Tag: testing

blog

Release of BorsukSoftware.Testing.BDD

Post author By Steven Ford
Post date 18 September 2025
No Comments on Release of BorsukSoftware.Testing.BDD

We’re pleased to announce the first release of a new Nuget package to make it simpler to use BDD and Cucumber to create integration tests.

This was put together at the request of a client who was looking to increase their use of BDD to improve the reliability of their releases.

This new library contains a series of tools to make it easy to define the code behind the user-chosen steps within the Cucumber document as well as a factory so it can be easily used.

This is intended to be used with custom integration testing frameworks which need to be able to call out to external services such as:

APIs
DBs
Selenium instances etc.

There’s a full read me in the package detailing how to use it and we will be uploading a template project to GitHub shortly giving the full details on how the tool can be used to create a suite of integration tests defined using Cucumber documents.

The results of these integrations can be uploaded straight to Conical although this is not required to use the new library.

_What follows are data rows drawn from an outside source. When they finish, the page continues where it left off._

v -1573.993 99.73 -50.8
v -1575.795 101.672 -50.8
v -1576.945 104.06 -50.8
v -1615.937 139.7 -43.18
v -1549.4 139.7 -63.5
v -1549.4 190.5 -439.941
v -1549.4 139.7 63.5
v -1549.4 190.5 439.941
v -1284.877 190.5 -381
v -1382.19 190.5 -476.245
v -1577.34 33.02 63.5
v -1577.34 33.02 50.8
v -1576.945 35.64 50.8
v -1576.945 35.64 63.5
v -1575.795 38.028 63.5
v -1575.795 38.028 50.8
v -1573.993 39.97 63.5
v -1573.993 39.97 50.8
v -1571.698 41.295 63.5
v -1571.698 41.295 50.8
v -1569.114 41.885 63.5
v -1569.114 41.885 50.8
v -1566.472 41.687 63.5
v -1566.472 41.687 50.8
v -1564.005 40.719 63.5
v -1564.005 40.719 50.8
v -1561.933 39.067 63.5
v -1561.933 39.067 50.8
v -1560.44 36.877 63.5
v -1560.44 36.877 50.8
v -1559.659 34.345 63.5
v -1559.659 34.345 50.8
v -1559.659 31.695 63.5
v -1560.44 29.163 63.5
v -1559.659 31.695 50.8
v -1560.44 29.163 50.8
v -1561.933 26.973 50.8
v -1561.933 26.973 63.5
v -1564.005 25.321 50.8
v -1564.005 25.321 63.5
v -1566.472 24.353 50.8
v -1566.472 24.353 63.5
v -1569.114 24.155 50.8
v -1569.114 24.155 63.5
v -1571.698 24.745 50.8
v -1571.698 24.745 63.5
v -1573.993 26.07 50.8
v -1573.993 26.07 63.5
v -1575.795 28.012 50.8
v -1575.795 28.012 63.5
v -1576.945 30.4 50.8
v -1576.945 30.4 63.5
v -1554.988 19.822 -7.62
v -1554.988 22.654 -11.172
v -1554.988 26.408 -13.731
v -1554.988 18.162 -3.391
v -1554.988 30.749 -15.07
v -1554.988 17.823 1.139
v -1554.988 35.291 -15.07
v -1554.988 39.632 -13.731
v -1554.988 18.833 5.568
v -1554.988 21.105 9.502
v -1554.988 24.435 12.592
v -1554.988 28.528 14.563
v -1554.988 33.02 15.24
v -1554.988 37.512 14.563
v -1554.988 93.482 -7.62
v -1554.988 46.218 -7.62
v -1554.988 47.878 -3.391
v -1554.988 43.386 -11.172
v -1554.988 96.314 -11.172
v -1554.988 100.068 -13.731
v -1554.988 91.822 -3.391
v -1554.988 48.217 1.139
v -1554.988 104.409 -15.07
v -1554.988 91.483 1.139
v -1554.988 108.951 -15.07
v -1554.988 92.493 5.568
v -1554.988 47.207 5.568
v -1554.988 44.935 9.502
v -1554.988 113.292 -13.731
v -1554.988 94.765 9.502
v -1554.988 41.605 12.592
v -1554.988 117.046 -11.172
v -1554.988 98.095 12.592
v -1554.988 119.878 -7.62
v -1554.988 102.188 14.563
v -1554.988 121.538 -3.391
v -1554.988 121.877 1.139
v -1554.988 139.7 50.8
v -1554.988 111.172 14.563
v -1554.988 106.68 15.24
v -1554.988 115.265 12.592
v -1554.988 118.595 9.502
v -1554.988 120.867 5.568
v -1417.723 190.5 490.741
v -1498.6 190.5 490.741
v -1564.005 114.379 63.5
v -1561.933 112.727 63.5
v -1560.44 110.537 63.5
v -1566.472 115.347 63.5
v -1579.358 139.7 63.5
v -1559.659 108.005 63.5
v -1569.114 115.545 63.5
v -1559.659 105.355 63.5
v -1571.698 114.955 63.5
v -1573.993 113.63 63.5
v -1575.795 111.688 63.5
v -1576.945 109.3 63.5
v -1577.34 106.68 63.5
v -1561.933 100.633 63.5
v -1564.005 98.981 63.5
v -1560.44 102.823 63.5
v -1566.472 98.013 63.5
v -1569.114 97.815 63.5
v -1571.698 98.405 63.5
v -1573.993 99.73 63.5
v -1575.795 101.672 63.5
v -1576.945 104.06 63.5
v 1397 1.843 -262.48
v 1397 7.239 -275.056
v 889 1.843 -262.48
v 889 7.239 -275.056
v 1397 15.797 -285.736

Internally, we use the new library to define a new range of

As usual, any questions, please do get in touch.

Happy testing.

Tags announcement, BDD, BorsukSoftware.Testing.BDD, Cucumber, testing

blog

Improving testability of complex DBs

Post author By Steven Ford
Post date 20 August 2025
No Comments on Improving testability of complex DBs

One of our clients was developing a new product. It was already live for multiple clients and their clients were happy. Each client had their own DB instance and as the product was in development using a very “organic” approach, this lead to the situation where every client not only had their own instance of the DB (perfectly fine and reasonable), but also their own schema which made adding each feature or new client progressively more and more difficult and time consuming.

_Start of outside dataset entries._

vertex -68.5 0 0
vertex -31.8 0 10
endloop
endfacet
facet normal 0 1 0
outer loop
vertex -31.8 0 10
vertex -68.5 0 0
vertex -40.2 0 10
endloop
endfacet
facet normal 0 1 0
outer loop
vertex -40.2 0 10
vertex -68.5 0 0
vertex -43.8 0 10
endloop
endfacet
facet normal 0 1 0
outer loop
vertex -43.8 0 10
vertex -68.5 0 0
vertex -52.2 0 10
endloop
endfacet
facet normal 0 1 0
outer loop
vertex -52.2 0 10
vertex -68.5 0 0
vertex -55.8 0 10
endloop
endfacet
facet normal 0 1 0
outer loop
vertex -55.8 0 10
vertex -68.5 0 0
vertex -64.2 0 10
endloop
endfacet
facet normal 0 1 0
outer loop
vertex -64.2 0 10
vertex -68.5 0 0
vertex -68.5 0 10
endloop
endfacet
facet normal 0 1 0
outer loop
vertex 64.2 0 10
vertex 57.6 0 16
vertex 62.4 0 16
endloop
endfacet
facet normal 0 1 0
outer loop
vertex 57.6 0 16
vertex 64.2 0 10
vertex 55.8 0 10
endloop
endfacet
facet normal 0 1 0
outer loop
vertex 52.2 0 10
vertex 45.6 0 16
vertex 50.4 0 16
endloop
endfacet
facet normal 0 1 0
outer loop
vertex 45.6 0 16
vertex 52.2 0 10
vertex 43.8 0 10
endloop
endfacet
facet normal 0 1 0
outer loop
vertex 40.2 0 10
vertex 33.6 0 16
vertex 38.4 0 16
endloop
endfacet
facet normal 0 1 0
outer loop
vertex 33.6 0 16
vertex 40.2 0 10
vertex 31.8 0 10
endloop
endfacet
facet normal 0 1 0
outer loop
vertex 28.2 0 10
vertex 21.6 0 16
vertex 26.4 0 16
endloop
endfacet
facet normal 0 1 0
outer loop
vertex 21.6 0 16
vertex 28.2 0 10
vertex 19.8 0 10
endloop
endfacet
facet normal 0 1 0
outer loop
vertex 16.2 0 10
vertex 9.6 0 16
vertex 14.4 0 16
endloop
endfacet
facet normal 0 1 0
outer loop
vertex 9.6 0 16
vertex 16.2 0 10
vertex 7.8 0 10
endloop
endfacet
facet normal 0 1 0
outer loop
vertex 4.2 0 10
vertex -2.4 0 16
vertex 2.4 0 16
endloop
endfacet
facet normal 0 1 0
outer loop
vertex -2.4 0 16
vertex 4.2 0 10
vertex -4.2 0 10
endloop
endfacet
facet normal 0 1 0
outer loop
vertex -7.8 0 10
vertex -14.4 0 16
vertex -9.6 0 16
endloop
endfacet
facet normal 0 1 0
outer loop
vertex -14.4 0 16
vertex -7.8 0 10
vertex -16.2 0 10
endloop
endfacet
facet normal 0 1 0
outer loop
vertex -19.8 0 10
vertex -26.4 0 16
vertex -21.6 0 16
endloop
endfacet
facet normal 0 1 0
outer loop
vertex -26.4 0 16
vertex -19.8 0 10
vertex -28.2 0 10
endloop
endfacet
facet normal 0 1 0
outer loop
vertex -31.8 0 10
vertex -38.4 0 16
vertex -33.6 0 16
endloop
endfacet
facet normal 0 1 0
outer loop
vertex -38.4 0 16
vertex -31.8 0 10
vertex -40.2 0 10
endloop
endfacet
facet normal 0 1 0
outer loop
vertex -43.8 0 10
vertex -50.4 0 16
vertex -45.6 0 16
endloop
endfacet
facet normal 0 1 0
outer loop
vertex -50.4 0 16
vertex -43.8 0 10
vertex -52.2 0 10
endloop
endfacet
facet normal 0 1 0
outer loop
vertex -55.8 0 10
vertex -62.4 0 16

At a high level, their architecture was:

A SQL server instance
A python REST API
A series of Azure ADF workflows to import data from multiple different sources.

Once the data had been ingested and transformed into the standard model, it was then further exposed via a large number of complex views which contained a lot of business logic, especially around edge cases. These edge cases didn’t affect every client which added to the complexity of standardisation.

They came to us to help them deliver faster and more reliably.

To do this, it was necessary to standardise the DB schema whilst at the same time continuing to roll out the product to new customers (each with their own desired customisations). In order to achieve this, we took the following steps:

A process change – all DB changes in prod now had to be done in code with an update script (no need for downgrade scripts), this stopped us from getting any worse.
Introducing comparative tests as the API level (i.e. 1 API-DB pairing vs. a 2nd). This allowed us to see the impact of our changes on the DB.
Refactoring the DB to move the case-when pairing to custom DB functions so that they could both be reused consistently and be tested
Introducing integration tests as the API / DB level

The comparative tests were fairly standard and weren’t particularly special so we don’t go into much depth about them here, but briefly, working on the assumption that what’s already live is correct, then we’re generally interested in the question ‘what has changed?’.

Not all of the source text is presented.